We will now look at the relationship between spark.default.parallelism and spark.executor.cores
The default value for spark.default.parallelism is 200. So if we have 20 executors and set the core count to 3 we get 60 (20 executors * 3 cores = 60) tasks. So we can process 60 items in parallel.
Let's say the dataset is large and will require 900 task to read it. Our job will process 60 tasks concurrently, when complete 60 more item and continue in waves of 60, but with 200 parallelism it will do 3 waves of 60 for 180 tasks but then the last set of tasks is 20, which means the other 40 tasks will watch the final 20 run to completion before they move on to the next 200 tasks.
So the executor cores needs to be dividable into the parallelism. We can set shuffle to 180 or 360. If we set it to 180 then we get 3 wave os 60 task, then 180 goes into 900 nicely 5 times to equal 900. So we get 3 waves of 60 then 5 equal passes so that we maximize resource and use every core throughout the job, no cores wasted = fast execution = no money wasted.
These are simple things we can do once, and the saving will last throughout the life of the job. Imagine the cost of not doing this analysis on a job that runs every 5 mins, 12 times and hour, 288 times a day and 105,120 times per year....add up the cost then multiply it by the total number of jobs your have (hundreds, thousands)?
You can see the benefits of doing the analysis.
Engineers often need to join datasets to accomplish a task. There is one critical mistake that engineers routinely make when joining datasets. It is best practice to repartition your datasets by the same join key in order to have optimal performance.
Assume you have two datasets, customers and orders. The join key is the customer id. We want to repartition both datasets by customer_id so that the same customer_id will be placed into one partition.
Assuming we have 200 partitions, if customer_id 1234 is spread across all the partitions, 5 in one part, 3 in another, 0 in yet another and 24 in another then all the partitions must be read into memory in order to perform the join.
If we do a customers_df.repartition('customer_id', 10) then records that have customer_id of 1234 will all be contained in the same partition. If we do the same for the order datasets (orders_df.repartition('customer_id', 10)) then each customer partition can be joined directly to each order partition eliminating a shuffle and significantly improving the join performance.
Be sure to understand the difference between actions and transformations. If you don't cache after an action then the next action will go back to the start of the DAG and read the data from disk again. I have seen engineers state that "spark ingestion is slow" when in fact they were reading the same dataset from disk 5 times because they chained together 5 actions without caching at any point in their program. If you only have one action then you don't need to cache, if you have more than one you should cache and repartition by join keys after the read from disk action is complete.
When writing data to any data source it is important to understand that each partition is written to target by an executor task. So in order to speed up the writing of data you need to increase the number of partitions in the dataframe and verify that you have enough executor and tasks available to write all the partitions concurrently.
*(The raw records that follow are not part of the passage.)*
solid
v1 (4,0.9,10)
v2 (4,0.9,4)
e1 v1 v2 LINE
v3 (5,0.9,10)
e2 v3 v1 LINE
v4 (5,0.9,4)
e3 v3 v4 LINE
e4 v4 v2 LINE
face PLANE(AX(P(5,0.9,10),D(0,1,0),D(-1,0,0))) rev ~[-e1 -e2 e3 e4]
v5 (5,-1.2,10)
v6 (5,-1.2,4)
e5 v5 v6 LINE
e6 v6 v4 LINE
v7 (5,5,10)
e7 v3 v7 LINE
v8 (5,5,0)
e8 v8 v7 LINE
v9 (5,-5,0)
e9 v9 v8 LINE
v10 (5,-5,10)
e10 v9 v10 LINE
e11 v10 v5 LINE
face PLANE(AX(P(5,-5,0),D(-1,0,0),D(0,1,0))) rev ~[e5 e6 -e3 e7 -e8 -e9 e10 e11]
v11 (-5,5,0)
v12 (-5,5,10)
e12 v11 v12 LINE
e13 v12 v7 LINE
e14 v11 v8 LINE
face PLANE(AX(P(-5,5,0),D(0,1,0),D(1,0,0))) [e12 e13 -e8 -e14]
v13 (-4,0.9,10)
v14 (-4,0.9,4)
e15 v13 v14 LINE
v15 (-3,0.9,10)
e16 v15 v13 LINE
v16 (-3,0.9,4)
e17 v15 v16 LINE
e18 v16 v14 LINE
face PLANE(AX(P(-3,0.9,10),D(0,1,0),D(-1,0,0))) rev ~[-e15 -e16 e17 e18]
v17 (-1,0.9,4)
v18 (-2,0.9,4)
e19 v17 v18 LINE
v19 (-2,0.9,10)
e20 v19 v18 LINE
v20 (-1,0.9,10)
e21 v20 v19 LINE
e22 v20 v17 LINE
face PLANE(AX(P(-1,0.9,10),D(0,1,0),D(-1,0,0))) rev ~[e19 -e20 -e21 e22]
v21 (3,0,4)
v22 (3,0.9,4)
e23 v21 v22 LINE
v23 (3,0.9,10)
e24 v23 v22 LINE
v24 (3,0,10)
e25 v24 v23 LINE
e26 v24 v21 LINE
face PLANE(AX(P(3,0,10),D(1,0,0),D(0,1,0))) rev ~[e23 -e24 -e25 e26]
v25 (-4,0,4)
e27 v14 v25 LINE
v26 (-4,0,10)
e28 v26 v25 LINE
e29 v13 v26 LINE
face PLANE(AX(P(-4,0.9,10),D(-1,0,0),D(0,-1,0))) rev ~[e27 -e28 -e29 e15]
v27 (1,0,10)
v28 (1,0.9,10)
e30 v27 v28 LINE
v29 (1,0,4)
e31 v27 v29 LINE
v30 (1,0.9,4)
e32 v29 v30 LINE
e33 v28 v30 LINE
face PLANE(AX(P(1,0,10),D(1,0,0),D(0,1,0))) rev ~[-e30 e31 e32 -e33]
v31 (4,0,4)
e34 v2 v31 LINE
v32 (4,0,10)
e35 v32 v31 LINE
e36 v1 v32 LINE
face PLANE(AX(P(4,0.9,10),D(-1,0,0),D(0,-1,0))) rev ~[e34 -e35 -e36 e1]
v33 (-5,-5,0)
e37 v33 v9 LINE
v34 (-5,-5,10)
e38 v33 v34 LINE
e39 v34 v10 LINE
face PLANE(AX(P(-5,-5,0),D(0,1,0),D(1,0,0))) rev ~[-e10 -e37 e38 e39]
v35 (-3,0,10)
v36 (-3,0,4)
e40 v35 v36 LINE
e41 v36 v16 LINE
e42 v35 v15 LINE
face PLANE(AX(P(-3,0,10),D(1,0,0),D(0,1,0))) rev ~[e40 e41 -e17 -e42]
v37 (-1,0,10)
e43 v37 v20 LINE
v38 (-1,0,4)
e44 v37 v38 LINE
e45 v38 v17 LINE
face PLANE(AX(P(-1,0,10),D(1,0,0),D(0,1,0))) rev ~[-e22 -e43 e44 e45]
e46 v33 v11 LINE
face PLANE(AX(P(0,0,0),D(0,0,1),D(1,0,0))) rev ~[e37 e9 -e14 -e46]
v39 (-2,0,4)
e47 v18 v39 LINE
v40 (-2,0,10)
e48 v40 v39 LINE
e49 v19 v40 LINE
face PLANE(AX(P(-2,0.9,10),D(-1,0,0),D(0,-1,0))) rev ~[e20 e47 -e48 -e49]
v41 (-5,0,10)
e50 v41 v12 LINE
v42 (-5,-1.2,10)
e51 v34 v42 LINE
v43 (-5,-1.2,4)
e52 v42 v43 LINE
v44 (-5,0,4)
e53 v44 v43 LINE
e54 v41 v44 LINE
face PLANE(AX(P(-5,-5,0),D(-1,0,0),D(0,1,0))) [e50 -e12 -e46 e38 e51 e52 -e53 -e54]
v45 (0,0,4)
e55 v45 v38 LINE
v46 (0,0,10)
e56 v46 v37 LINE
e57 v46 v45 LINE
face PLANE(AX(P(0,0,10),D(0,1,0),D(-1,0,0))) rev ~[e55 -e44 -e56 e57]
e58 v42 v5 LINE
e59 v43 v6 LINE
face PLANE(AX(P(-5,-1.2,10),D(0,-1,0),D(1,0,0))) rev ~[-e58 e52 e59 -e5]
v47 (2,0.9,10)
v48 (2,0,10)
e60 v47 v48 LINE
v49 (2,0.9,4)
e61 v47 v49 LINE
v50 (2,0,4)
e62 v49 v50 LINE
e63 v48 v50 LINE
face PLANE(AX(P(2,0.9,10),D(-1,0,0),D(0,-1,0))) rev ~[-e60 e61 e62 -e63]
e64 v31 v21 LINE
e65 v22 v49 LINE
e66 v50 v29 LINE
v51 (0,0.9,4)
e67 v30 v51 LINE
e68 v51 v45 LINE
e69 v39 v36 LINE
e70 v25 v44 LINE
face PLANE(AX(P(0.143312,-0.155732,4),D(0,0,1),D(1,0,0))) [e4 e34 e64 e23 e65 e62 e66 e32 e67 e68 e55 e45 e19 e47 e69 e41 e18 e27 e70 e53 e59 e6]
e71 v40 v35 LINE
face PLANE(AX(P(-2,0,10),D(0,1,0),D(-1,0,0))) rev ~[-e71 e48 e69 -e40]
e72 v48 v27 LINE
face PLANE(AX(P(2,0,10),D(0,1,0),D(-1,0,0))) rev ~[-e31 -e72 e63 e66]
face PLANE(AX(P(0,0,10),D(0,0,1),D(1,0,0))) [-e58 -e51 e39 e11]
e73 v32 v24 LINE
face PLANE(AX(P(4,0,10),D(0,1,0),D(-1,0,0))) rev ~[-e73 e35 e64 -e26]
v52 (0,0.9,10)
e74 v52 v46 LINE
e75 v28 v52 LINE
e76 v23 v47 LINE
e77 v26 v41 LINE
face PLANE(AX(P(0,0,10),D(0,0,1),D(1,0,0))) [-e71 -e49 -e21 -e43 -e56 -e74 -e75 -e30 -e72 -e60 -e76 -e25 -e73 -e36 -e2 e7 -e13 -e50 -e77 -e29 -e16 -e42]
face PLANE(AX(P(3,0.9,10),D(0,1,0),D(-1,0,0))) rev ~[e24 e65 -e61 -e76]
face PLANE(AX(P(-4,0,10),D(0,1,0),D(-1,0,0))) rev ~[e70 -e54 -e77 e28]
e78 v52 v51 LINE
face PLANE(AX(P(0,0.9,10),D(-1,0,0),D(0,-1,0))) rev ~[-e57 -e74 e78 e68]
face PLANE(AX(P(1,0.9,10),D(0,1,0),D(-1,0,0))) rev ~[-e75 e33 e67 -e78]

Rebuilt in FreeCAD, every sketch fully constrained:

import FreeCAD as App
import Part
import Sketcher
from FreeCAD import Vector
Q = App.Units.Quantity


def add_polygon(sketch, points):
    """Adds a closed chain of lines whose ends are joined by coincident constraints."""
    first, n = sketch.GeometryCount, len(points)
    for a, b in zip(points, points[1:] + points[:1]):
        sketch.addGeometry(Part.LineSegment(App.Vector(*a, 0), App.Vector(*b, 0)), False)
    for i in range(n):
        sketch.addConstraint(Sketcher.Constraint("Coincident", first + i, 2, first + (i + 1) % n, 1))

doc = App.newDocument("Part")
params = doc.addObject("Spreadsheet::Sheet", "Params")
for row, (alias, value) in enumerate([
    ("sketch1_width", "10 mm"),
    ("pad1_length", "10 mm"),
    ("sketch2_width", "1 mm"),
    ("sketch2_height", "1.2 mm"),
    ("sketch2_height2", "2.1 mm"),
    ("pocket1_length", "6 mm"),
], start=1):
    params.set(f"A{row}", alias)
    params.set(f"B{row}", "=" + value)
    params.setAlias(f"B{row}", alias)

body = doc.addObject("PartDesign::Body", "Body")

# Sketch on XY plane
sketch1 = body.newObject("Sketcher::SketchObject", "Sketch")
sketch1.AttachmentSupport = (doc.getObject("XY_Plane"), [""])
sketch1.MapMode = "FlatFace"
add_polygon(sketch1, [(-5, 5), (-5, -5), (5, -5), (5, 5)])  # lines 0-3
sketch1.addConstraint(Sketcher.Constraint("Vertical", 0))
sketch1.addConstraint(Sketcher.Constraint("Horizontal", 1))
sketch1.addConstraint(Sketcher.Constraint("Vertical", 2))
sketch1.addConstraint(Sketcher.Constraint("Horizontal", 3))
sketch1.addConstraint(Sketcher.Constraint("Symmetric", 0, 2, 2, 2, -1, 1))
sketch1.addConstraint(Sketcher.Constraint("Equal", 3, 0))
sketch1.addConstraint(Sketcher.Constraint("DistanceX", 1, 1, 1, 2, Q("10 mm")))
sketch1.setExpression("Constraints[10]", "Params.sketch1_width")
pad1 = body.newObject("PartDesign::Pad", "Pad")
pad1.Profile = sketch1
pad1.setExpression("Length", "Params.pad1_length")

# Sketch on XY plane
sketch2 = body.newObject("Sketcher::SketchObject", "Sketch001")
sketch2.AttachmentSupport = (doc.getObject("XY_Plane"), [""])
sketch2.MapMode = "FlatFace"
sketch2.AttachmentOffset = App.Placement(Vector(0, 0, 10), App.Rotation())
add_polygon(sketch2, [(-4, 0), (-5, 0), (-5, -1.2), (5, -1.2), (5, 0.9), (4, 0.9), (4, 0), (3, 0), (3, 0.9), (2, 0.9), (2, 0), (1, 0), (1, 0.9), (0, 0.9), (0, 0), (-1, 0), (-1, 0.9), (-2, 0.9), (-2, 0), (-3, 0), (-3, 0.9), (-4, 0.9)])  # lines 0-21
sketch2.addConstraint(Sketcher.Constraint("Horizontal", 0))
sketch2.addConstraint(Sketcher.Constraint("Vertical", 1))
sketch2.addConstraint(Sketcher.Constraint("Horizontal", 2))
sketch2.addConstraint(Sketcher.Constraint("Vertical", 3))
sketch2.addConstraint(Sketcher.Constraint("Horizontal", 4))
sketch2.addConstraint(Sketcher.Constraint("Vertical", 5))
sketch2.addConstraint(Sketcher.Constraint("Horizontal", 6))
sketch2.addConstraint(Sketcher.Constraint("Vertical", 7))
sketch2.addConstraint(Sketcher.Constraint("Horizontal", 8))
sketch2.addConstraint(Sketcher.Constraint("Vertical", 9))
sketch2.addConstraint(Sketcher.Constraint("Horizontal", 10))
sketch2.addConstraint(Sketcher.Constraint("Vertical", 11))
sketch2.addConstraint(Sketcher.Constraint("Horizontal", 12))
sketch2.addConstraint(Sketcher.Constraint("Vertical", 13))
sketch2.addConstraint(Sketcher.Constraint("Horizontal", 14))
sketch2.addConstraint(Sketcher.Constraint("Vertical", 15))
sketch2.addConstraint(Sketcher.Constraint("Horizontal", 16))
sketch2.addConstraint(Sketcher.Constraint("Vertical", 17))
sketch2.addConstraint(Sketcher.Constraint("Horizontal", 18))
sketch2.addConstraint(Sketcher.Constraint("Vertical", 19))
sketch2.addConstraint(Sketcher.Constraint("Horizontal", 20))
sketch2.addConstraint(Sketcher.Constraint("Vertical", 21))
sketch2.addConstraint(Sketcher.Constraint("Coincident", 13, 2, -1, 1))
sketch2.addConstraint(Sketcher.Constraint("Symmetric", 10, 2, 14, 2, -1, 1))
sketch2.addConstraint(Sketcher.Constraint("Symmetric", 9, 2, 17, 2, -1, 1))
sketch2.addConstraint(Sketcher.Constraint("Symmetric", 6, 2, 18, 2, -1, 1))
sketch2.addConstraint(Sketcher.Constraint("Symmetric", 5, 2, 21, 2, -1, 1))
sketch2.addConstraint(Sketcher.Constraint("Horizontal", 4, 2, 7, 2))
sketch2.addConstraint(Sketcher.Constraint("Horizontal", 8, 2, 11, 2))
sketch2.addConstraint(Sketcher.Constraint("Horizontal", 12, 2, 15, 2))
sketch2.addConstraint(Sketcher.Constraint("Horizontal", 16, 2, 19, 2))
sketch2.addConstraint(Sketcher.Constraint("Equal", 0, 4))
sketch2.addConstraint(Sketcher.Constraint("Equal", 4, 6))
sketch2.addConstraint(Sketcher.Constraint("Equal", 6, 8))
sketch2.addConstraint(Sketcher.Constraint("Equal", 8, 10))
sketch2.addConstraint(Sketcher.Constraint("Equal", 10, 12))
sketch2.addConstraint(Sketcher.Constraint("DistanceX", 0, 2, 0, 1, Q("1 mm")))
sketch2.addConstraint(Sketcher.Constraint("DistanceY", 1, 2, 1, 1, Q("1.2 mm")))
sketch2.addConstraint(Sketcher.Constraint("DistanceY", 3, 1, 3, 2, Q("2.1 mm")))
sketch2.setExpression("Constraints[58]", "Params.sketch2_width")
sketch2.setExpression("Constraints[59]", "Params.sketch2_height")
sketch2.setExpression("Constraints[60]", "Params.sketch2_height2")
pocket1 = body.newObject("PartDesign::Pocket", "Pocket")
pocket1.Profile = sketch2
pocket1.setExpression("Length", "Params.pocket1_length")

doc.recompute()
When calling the map operation on a rdd (rdd.map) or a dataframe (dataframe.rdd.map) you need to be aware that the map operation executes on each partition. So make sure that only required operations take place in the map functions. I have seen engineers write a file to S3 within the map function which significantly slowed down the performance of the function. It would better to place the s3 write outside the map function, so write the resulting rdd once instead of chunks of the rdd during execution. You could also use mapPartitions and write the data for collections of RDDs vs one at a time.